Stored dataset items
........

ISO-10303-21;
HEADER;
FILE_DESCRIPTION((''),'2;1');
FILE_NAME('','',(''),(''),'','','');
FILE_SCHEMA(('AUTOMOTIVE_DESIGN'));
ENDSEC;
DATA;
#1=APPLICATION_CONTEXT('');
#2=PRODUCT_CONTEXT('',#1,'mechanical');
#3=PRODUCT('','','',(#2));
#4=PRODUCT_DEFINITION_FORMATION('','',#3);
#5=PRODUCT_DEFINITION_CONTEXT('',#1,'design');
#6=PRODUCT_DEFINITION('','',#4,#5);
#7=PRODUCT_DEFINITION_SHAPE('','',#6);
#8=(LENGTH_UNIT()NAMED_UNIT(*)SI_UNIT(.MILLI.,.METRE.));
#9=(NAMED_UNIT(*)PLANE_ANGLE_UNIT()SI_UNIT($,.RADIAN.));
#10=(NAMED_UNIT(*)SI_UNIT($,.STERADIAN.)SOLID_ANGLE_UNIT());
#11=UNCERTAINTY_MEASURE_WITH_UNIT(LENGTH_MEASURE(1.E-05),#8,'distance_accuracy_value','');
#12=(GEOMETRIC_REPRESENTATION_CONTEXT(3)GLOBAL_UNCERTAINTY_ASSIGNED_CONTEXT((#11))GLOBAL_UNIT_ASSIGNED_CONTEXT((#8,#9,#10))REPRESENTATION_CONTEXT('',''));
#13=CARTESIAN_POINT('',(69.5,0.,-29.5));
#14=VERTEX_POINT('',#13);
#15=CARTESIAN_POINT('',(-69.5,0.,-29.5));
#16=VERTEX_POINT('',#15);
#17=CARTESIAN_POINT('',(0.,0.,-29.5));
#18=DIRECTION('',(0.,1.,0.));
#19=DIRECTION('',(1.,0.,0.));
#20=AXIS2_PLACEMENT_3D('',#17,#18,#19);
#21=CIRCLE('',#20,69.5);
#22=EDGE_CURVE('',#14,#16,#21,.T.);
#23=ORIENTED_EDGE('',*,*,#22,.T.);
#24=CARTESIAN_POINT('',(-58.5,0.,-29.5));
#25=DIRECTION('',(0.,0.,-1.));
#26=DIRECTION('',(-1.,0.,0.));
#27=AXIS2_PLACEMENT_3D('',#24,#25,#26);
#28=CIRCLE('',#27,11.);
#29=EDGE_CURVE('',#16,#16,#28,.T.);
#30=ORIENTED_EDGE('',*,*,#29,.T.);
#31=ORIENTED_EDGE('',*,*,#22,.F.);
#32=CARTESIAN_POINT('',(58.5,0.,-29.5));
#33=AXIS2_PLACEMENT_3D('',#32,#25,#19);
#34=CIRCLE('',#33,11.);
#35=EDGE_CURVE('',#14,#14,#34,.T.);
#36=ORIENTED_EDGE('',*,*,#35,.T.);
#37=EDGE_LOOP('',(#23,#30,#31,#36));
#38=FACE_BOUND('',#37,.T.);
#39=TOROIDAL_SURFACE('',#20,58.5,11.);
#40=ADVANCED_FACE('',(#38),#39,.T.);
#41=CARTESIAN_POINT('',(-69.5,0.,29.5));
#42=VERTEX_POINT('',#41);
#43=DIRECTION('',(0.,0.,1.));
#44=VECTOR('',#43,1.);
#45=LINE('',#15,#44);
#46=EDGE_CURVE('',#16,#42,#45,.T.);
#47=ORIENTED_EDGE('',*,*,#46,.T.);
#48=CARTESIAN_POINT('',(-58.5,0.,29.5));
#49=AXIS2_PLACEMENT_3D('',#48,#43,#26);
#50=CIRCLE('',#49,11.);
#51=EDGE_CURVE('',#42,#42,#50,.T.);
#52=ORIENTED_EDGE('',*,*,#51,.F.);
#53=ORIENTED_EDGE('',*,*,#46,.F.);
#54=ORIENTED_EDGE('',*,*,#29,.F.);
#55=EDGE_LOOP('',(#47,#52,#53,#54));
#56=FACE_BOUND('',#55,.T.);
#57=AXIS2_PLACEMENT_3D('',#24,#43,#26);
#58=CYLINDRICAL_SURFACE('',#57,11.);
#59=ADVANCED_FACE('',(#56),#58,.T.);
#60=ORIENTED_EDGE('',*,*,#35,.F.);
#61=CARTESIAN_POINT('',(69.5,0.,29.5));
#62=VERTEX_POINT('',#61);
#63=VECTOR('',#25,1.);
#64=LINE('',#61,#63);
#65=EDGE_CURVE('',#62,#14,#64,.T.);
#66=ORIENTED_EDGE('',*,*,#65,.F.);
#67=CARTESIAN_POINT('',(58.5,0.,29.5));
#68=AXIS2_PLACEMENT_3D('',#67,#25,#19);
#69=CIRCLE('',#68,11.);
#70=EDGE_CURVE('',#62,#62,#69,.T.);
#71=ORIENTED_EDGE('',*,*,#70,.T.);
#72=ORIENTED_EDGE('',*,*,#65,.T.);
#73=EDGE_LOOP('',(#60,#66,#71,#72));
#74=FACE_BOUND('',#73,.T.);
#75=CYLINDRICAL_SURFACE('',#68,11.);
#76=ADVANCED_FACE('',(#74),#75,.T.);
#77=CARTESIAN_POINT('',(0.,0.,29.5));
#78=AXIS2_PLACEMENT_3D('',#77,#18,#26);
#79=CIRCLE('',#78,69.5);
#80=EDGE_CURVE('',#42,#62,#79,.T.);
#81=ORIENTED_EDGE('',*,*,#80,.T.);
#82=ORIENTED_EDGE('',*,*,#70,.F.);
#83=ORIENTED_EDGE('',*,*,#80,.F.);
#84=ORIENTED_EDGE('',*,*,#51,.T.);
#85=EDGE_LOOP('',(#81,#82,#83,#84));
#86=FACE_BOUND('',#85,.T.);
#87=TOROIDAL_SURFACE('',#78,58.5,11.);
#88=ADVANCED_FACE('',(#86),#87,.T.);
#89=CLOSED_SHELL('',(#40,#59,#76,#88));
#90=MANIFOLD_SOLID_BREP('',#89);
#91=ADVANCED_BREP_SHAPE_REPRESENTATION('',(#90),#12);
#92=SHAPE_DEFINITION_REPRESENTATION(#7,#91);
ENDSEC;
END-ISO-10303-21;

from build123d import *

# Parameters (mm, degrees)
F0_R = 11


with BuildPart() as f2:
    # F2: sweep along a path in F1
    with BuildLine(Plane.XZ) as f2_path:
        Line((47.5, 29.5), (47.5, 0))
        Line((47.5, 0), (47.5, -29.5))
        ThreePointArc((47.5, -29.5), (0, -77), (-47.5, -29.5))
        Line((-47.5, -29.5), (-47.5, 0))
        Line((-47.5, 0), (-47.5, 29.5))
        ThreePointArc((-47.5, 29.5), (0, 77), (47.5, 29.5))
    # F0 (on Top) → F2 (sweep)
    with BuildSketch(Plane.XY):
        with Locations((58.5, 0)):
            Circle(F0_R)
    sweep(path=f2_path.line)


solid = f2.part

........

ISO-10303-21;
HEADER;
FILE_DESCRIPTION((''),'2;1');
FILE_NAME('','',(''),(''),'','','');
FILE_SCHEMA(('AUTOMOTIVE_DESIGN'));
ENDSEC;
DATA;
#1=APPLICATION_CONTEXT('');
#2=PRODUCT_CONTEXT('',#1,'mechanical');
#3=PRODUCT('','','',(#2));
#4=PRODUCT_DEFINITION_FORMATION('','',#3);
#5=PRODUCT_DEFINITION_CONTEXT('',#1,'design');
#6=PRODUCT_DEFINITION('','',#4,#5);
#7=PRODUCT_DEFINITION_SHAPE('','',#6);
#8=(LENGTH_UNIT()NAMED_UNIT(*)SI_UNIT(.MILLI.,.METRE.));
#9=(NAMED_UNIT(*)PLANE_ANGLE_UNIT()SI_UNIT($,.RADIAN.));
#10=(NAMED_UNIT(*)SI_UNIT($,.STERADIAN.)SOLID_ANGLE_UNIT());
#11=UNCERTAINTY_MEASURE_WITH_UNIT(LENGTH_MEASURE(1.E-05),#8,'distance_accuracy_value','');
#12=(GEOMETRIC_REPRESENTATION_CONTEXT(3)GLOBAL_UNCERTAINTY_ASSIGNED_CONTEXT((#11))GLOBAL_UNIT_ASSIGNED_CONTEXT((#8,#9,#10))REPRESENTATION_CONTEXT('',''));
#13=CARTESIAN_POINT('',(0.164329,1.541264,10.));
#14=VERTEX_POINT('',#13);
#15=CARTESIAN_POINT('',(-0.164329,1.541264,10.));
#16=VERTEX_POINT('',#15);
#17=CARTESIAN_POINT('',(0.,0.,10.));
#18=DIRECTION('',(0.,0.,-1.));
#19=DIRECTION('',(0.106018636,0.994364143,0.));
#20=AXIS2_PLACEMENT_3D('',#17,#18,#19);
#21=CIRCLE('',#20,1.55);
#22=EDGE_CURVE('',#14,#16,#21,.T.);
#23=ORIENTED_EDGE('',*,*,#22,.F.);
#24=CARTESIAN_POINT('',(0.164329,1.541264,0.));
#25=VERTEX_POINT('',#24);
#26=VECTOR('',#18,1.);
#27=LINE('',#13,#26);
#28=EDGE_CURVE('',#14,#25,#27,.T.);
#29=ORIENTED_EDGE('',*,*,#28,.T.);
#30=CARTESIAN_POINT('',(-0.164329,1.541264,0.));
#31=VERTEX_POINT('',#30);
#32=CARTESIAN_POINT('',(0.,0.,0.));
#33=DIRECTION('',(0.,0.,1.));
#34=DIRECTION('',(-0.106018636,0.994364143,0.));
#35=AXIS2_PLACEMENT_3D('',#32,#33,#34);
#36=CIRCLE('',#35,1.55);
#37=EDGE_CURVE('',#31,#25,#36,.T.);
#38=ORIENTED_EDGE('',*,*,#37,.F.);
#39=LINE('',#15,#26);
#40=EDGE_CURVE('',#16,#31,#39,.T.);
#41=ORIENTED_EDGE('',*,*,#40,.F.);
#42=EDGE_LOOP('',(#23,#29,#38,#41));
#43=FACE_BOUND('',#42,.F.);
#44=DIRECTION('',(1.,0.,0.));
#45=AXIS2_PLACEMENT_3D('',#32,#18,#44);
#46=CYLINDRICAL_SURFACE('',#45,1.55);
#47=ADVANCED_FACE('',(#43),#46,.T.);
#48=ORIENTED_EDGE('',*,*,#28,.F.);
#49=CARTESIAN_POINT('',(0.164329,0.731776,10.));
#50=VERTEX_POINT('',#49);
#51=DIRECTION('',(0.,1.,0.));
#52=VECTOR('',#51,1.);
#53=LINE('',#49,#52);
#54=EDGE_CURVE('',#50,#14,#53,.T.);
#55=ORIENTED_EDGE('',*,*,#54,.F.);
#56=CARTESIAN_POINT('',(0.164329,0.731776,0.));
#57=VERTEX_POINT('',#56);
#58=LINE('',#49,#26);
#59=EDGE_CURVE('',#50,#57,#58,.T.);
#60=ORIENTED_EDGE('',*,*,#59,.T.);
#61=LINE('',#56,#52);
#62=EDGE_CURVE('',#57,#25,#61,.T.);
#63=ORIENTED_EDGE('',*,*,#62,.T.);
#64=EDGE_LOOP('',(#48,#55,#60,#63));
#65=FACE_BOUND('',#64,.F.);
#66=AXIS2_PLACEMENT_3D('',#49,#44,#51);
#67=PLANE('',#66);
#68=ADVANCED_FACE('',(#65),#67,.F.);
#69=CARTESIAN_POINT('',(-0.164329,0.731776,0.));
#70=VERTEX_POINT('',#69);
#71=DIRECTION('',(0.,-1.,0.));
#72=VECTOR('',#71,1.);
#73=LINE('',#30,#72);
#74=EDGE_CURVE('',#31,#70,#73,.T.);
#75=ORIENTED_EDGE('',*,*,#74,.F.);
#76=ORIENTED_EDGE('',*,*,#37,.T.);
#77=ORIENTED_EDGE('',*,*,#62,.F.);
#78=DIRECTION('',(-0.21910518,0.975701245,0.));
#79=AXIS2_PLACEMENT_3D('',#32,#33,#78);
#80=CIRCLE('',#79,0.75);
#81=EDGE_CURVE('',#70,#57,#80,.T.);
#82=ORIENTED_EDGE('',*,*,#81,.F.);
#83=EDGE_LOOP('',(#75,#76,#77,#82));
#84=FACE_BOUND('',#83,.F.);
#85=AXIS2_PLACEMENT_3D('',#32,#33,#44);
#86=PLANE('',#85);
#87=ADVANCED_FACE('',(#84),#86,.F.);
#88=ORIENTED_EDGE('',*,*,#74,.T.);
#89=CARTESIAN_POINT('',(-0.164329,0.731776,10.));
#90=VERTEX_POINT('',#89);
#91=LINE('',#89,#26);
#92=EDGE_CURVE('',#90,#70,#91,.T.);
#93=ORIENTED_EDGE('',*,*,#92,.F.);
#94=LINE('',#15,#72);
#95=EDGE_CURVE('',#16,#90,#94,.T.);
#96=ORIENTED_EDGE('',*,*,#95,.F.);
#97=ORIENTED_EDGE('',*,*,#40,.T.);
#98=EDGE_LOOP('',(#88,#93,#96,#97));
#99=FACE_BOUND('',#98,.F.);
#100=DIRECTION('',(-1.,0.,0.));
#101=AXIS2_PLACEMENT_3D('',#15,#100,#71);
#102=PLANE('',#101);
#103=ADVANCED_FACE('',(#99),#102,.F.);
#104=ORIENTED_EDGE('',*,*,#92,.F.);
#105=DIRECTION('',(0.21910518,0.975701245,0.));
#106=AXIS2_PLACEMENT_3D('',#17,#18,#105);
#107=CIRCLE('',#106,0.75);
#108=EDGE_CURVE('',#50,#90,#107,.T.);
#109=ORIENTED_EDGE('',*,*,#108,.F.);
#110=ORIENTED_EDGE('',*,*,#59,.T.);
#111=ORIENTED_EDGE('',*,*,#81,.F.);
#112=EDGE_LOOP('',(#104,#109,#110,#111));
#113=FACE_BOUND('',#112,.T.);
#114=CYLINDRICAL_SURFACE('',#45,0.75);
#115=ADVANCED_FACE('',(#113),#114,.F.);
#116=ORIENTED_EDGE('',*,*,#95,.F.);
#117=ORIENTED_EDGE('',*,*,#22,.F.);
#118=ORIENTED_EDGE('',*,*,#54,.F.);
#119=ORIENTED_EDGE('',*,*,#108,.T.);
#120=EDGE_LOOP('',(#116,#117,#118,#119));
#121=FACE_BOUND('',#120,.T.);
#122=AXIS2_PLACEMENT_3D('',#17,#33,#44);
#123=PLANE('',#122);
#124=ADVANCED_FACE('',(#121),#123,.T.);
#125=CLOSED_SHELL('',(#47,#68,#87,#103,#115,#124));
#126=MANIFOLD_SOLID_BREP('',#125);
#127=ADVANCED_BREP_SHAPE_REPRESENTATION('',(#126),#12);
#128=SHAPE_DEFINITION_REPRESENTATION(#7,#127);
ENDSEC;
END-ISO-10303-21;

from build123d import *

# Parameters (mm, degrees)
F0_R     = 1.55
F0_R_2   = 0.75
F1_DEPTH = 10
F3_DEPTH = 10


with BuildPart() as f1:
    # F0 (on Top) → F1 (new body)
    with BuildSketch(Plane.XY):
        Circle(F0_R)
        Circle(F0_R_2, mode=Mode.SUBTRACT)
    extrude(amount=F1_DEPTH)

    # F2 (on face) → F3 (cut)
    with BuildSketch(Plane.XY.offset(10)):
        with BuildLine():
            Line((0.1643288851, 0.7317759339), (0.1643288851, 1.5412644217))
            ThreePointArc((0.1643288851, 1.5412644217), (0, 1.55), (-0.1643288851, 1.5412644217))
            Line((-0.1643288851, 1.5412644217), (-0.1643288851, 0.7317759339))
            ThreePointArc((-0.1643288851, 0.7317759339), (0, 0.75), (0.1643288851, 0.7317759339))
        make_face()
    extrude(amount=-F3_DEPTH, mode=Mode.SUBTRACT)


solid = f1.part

........

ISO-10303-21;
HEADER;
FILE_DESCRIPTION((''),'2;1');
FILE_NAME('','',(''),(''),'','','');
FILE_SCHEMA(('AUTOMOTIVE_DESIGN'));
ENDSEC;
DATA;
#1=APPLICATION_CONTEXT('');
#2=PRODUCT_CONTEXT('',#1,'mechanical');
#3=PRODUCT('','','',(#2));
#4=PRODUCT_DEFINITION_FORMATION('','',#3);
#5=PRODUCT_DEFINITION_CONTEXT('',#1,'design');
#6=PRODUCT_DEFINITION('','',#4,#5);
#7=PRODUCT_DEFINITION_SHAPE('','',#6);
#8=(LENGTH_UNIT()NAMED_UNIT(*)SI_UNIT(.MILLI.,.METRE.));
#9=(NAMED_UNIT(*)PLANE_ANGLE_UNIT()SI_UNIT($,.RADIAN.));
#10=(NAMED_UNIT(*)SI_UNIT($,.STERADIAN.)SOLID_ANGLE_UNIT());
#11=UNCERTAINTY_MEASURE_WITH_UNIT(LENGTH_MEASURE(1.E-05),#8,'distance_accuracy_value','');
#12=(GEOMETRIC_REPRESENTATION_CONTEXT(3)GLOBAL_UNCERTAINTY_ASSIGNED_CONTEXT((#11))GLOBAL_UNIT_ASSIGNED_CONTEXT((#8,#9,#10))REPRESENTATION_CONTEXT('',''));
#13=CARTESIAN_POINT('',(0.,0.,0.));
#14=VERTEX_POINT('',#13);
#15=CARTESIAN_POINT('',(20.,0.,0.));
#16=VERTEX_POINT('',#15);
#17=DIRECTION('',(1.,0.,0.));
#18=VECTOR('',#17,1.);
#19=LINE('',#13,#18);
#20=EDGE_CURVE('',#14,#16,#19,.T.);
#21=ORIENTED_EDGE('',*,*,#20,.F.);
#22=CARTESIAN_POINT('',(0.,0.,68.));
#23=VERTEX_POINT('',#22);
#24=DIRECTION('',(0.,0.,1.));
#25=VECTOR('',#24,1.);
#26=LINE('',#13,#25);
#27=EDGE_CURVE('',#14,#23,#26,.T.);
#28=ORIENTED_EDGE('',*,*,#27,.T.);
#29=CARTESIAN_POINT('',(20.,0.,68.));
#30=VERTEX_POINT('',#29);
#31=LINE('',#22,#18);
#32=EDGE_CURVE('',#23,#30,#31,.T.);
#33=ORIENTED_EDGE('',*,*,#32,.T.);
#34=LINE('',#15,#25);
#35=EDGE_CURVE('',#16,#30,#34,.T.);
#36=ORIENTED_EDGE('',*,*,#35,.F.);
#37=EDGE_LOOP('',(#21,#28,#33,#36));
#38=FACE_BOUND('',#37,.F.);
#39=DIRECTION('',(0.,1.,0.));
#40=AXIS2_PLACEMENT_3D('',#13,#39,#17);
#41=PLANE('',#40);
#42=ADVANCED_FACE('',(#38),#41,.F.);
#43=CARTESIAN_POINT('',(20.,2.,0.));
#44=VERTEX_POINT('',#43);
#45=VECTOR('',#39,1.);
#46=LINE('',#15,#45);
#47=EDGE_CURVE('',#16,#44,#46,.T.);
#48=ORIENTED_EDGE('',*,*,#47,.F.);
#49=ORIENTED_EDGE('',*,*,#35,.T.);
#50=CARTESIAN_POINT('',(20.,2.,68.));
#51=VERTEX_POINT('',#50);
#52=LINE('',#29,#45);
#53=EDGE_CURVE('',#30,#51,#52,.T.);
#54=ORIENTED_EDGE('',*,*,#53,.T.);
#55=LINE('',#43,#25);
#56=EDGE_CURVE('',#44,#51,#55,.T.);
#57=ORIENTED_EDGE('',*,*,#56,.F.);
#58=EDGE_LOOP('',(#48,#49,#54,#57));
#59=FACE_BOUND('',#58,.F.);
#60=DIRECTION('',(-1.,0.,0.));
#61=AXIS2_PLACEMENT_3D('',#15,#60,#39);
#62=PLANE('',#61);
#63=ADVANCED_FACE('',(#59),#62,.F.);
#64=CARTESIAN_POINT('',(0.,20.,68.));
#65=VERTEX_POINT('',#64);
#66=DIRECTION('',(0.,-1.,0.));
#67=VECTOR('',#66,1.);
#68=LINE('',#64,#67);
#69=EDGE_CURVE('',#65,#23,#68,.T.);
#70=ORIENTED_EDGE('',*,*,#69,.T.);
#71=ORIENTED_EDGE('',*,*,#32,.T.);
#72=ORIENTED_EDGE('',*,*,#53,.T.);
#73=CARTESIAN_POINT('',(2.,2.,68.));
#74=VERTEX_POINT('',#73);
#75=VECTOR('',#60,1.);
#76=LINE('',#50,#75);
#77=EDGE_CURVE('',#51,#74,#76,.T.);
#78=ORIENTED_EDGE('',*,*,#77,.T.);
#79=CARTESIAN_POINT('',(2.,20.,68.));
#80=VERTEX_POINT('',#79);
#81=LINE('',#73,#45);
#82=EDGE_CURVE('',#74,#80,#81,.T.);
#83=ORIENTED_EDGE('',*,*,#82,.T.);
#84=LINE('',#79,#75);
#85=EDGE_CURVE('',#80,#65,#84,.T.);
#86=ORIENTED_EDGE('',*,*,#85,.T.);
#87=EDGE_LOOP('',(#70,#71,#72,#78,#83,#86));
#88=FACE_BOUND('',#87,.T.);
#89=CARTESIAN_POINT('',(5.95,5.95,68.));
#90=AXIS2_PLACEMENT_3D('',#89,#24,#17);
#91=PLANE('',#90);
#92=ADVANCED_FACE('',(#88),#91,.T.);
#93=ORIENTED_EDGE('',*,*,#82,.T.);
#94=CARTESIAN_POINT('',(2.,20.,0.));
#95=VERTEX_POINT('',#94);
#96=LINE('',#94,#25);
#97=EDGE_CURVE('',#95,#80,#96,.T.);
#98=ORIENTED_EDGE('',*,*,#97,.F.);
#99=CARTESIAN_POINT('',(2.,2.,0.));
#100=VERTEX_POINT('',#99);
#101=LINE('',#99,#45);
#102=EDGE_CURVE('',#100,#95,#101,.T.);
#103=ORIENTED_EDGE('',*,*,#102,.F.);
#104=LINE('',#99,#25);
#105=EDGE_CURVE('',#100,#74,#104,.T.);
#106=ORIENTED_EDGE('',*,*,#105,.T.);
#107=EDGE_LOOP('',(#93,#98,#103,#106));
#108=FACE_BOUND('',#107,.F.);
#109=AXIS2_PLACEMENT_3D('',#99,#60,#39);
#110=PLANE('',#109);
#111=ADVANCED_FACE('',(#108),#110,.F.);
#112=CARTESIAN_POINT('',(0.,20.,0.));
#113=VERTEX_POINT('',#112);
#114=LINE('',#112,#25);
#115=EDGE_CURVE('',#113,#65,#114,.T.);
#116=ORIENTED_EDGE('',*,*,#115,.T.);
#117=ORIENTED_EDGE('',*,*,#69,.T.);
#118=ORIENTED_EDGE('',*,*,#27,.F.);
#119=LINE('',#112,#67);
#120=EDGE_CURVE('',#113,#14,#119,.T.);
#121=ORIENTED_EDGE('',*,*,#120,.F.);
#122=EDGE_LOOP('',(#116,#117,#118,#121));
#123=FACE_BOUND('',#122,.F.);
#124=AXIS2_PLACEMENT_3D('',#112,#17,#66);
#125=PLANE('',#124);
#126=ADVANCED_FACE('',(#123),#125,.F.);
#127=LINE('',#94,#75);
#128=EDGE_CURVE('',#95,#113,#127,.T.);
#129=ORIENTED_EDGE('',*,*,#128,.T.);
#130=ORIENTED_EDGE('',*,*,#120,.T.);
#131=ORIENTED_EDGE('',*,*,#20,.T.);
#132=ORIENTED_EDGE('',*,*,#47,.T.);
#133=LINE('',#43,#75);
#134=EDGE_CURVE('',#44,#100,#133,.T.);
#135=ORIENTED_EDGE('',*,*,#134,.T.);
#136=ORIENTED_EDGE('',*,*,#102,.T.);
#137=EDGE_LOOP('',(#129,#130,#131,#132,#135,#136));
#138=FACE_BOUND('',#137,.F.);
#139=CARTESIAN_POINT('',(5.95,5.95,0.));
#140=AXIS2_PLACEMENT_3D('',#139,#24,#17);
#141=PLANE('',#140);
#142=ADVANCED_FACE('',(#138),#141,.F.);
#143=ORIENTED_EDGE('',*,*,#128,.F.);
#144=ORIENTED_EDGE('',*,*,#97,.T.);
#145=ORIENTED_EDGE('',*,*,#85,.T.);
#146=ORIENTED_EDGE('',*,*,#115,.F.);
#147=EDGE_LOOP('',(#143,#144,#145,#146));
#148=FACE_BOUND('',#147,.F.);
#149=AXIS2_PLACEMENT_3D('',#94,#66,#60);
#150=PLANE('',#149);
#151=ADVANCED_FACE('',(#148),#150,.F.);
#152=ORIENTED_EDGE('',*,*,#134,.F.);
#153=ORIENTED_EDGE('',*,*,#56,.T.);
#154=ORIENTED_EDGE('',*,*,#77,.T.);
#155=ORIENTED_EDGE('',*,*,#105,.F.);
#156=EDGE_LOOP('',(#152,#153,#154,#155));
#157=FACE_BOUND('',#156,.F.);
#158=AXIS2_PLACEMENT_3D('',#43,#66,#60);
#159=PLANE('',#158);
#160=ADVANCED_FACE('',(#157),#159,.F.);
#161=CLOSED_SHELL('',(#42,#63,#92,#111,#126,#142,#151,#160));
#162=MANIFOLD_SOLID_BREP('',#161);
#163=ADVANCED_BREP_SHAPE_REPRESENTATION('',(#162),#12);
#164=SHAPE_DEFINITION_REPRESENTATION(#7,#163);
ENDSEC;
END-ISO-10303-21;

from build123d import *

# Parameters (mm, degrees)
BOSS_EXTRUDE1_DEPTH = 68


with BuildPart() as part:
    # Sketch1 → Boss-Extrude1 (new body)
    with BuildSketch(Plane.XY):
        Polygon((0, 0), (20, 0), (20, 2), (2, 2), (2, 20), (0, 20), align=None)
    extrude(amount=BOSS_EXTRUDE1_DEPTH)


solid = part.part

........

### Work required
From the line that has "#109=ORIENTED_EDGE('',*,*,#108,.F.);" through the line that has "#118=ORIENTED_EDGE('',*,*,#54,.F.);", copy every line exactly as it appears above, and leave out all others.

### Task answer
#109=ORIENTED_EDGE('',*,*,#108,.F.);
#110=ORIENTED_EDGE('',*,*,#59,.T.);
#111=ORIENTED_EDGE('',*,*,#81,.F.);
#112=EDGE_LOOP('',(#104,#109,#110,#111));
#113=FACE_BOUND('',#112,.T.);
#114=CYLINDRICAL_SURFACE('',#45,0.75);
#115=ADVANCED_FACE('',(#113),#114,.F.);
#116=ORIENTED_EDGE('',*,*,#95,.F.);
#117=ORIENTED_EDGE('',*,*,#22,.F.);
#118=ORIENTED_EDGE('',*,*,#54,.F.);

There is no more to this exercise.